╭─ DATA PROVIDED

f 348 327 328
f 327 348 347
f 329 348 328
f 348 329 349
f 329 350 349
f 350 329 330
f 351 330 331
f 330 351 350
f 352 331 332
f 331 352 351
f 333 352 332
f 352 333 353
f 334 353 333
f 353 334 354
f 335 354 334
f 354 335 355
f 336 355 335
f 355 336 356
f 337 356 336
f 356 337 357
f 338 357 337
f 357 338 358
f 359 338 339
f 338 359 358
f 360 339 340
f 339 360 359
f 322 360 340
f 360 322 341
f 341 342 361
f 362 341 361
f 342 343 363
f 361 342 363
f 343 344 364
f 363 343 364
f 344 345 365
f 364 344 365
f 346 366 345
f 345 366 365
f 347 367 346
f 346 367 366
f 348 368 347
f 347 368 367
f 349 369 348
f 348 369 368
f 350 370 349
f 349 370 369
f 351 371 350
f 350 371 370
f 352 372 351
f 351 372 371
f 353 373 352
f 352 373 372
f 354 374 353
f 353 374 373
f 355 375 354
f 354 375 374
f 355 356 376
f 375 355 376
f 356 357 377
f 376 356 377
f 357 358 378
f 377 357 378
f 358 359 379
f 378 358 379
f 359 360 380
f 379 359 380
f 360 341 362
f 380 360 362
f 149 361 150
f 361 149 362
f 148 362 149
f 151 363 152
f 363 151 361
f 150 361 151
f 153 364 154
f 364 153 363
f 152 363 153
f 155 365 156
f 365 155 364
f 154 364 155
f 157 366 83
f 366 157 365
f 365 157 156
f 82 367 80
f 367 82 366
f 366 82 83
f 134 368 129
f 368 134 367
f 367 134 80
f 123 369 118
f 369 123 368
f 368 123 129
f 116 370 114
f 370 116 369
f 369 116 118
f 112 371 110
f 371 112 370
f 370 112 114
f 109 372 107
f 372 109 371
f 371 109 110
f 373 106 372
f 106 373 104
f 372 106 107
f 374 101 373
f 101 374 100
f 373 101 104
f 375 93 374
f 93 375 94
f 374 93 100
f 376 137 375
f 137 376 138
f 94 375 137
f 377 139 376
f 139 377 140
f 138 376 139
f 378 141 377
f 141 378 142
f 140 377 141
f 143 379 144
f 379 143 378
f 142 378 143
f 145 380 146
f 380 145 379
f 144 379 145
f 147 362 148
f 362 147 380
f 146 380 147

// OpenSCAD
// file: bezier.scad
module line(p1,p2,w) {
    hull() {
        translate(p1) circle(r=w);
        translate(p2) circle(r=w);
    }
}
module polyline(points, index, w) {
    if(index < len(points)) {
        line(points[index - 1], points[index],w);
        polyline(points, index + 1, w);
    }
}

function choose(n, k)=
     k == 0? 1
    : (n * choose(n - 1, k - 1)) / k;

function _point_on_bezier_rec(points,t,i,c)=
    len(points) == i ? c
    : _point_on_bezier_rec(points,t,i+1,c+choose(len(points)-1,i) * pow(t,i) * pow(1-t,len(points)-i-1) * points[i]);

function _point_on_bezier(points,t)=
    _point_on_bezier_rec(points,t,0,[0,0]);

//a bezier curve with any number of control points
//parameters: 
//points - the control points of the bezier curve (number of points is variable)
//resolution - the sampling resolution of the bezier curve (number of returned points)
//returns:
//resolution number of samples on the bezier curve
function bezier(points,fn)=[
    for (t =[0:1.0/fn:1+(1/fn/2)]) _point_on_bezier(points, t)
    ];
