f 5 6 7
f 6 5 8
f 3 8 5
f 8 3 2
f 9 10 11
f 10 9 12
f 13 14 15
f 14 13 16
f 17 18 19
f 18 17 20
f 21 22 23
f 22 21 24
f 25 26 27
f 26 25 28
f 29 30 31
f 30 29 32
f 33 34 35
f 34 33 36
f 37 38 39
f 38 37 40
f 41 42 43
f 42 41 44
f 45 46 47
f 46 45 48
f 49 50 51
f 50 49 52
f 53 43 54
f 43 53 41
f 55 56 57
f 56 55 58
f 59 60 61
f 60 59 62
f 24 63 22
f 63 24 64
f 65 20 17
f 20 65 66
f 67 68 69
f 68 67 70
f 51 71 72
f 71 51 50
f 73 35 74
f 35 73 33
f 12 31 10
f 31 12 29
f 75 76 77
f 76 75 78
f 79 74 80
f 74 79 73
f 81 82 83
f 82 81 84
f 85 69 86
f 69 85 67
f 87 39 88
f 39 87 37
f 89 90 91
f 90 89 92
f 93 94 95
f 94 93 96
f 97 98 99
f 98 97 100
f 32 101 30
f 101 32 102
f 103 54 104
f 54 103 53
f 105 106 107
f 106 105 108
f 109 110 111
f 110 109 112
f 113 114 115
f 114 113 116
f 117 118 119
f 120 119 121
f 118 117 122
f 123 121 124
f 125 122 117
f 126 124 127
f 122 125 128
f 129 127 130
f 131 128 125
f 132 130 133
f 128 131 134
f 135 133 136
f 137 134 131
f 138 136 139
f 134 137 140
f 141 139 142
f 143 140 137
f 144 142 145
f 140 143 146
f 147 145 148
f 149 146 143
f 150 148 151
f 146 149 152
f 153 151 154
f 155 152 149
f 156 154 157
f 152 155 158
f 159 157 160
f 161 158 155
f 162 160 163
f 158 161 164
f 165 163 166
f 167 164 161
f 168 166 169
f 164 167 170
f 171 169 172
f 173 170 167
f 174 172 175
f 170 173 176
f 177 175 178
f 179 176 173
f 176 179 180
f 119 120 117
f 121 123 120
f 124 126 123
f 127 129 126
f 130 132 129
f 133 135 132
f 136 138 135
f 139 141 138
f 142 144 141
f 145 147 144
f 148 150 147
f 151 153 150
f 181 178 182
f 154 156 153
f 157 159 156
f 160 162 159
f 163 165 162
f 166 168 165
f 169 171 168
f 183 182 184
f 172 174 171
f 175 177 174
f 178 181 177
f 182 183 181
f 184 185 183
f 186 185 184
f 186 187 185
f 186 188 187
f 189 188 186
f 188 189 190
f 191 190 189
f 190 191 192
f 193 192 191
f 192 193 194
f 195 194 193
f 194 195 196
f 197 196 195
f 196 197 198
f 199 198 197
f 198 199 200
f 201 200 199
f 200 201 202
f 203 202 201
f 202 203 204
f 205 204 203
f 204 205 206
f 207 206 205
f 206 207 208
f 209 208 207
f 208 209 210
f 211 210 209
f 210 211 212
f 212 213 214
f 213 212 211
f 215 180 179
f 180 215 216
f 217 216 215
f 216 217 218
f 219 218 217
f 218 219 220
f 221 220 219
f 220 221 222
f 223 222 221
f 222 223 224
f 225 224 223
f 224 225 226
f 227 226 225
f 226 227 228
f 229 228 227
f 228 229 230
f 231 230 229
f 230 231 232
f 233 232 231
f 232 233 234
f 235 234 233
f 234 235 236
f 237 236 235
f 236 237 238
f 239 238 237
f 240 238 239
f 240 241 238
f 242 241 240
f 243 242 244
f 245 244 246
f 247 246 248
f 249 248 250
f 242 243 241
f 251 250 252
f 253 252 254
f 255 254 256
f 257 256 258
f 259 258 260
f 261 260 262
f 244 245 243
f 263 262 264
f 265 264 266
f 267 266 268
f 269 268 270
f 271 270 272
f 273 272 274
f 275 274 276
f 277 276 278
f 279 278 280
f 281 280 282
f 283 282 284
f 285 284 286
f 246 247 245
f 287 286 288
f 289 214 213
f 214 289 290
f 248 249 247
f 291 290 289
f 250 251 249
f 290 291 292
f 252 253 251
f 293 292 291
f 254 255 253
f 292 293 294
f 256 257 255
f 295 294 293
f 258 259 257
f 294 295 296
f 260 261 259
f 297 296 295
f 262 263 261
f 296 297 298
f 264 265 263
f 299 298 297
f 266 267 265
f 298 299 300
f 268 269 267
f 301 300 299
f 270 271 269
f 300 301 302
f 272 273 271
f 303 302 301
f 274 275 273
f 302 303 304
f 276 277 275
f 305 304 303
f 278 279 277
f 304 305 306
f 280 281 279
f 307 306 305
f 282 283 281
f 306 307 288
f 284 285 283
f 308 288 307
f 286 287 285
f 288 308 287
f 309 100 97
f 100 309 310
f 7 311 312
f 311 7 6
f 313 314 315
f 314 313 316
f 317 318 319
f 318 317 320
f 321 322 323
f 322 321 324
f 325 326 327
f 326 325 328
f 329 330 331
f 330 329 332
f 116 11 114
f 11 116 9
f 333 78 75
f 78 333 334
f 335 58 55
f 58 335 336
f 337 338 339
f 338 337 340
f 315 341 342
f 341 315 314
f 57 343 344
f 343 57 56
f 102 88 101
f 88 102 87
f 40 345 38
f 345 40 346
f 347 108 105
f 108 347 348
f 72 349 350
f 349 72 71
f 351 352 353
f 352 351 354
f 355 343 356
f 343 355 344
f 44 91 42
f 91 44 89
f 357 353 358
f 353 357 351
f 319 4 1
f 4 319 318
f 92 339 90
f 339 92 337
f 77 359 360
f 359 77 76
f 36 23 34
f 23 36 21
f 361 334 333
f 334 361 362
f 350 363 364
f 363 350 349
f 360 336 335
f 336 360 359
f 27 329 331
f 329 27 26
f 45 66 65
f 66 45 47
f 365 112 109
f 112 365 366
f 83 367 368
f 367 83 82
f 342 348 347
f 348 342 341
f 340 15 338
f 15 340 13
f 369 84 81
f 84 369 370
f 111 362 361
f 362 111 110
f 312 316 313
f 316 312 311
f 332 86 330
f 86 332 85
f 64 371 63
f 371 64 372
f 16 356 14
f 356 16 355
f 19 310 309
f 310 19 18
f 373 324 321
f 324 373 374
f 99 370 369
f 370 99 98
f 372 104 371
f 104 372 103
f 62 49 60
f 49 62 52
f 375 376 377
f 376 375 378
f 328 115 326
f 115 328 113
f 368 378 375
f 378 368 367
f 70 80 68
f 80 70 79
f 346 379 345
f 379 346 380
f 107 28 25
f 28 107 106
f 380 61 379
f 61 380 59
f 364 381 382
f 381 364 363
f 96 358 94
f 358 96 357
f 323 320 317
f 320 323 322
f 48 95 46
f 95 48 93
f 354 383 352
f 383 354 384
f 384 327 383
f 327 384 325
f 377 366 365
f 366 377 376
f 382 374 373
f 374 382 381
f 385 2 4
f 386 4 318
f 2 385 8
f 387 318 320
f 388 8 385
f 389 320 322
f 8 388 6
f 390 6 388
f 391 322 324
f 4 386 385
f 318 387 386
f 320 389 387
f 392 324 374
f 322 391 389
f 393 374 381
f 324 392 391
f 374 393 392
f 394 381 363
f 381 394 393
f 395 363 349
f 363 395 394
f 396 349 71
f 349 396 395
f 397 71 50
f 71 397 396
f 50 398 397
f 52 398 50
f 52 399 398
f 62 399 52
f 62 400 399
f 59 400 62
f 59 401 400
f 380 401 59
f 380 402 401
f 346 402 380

╰─

**WHAT TO DO**: Report back each line in the material above that contains the string "circle".

**ANSWER SPACE**:
        translate(p1) circle(r=w);
        translate(p2) circle(r=w);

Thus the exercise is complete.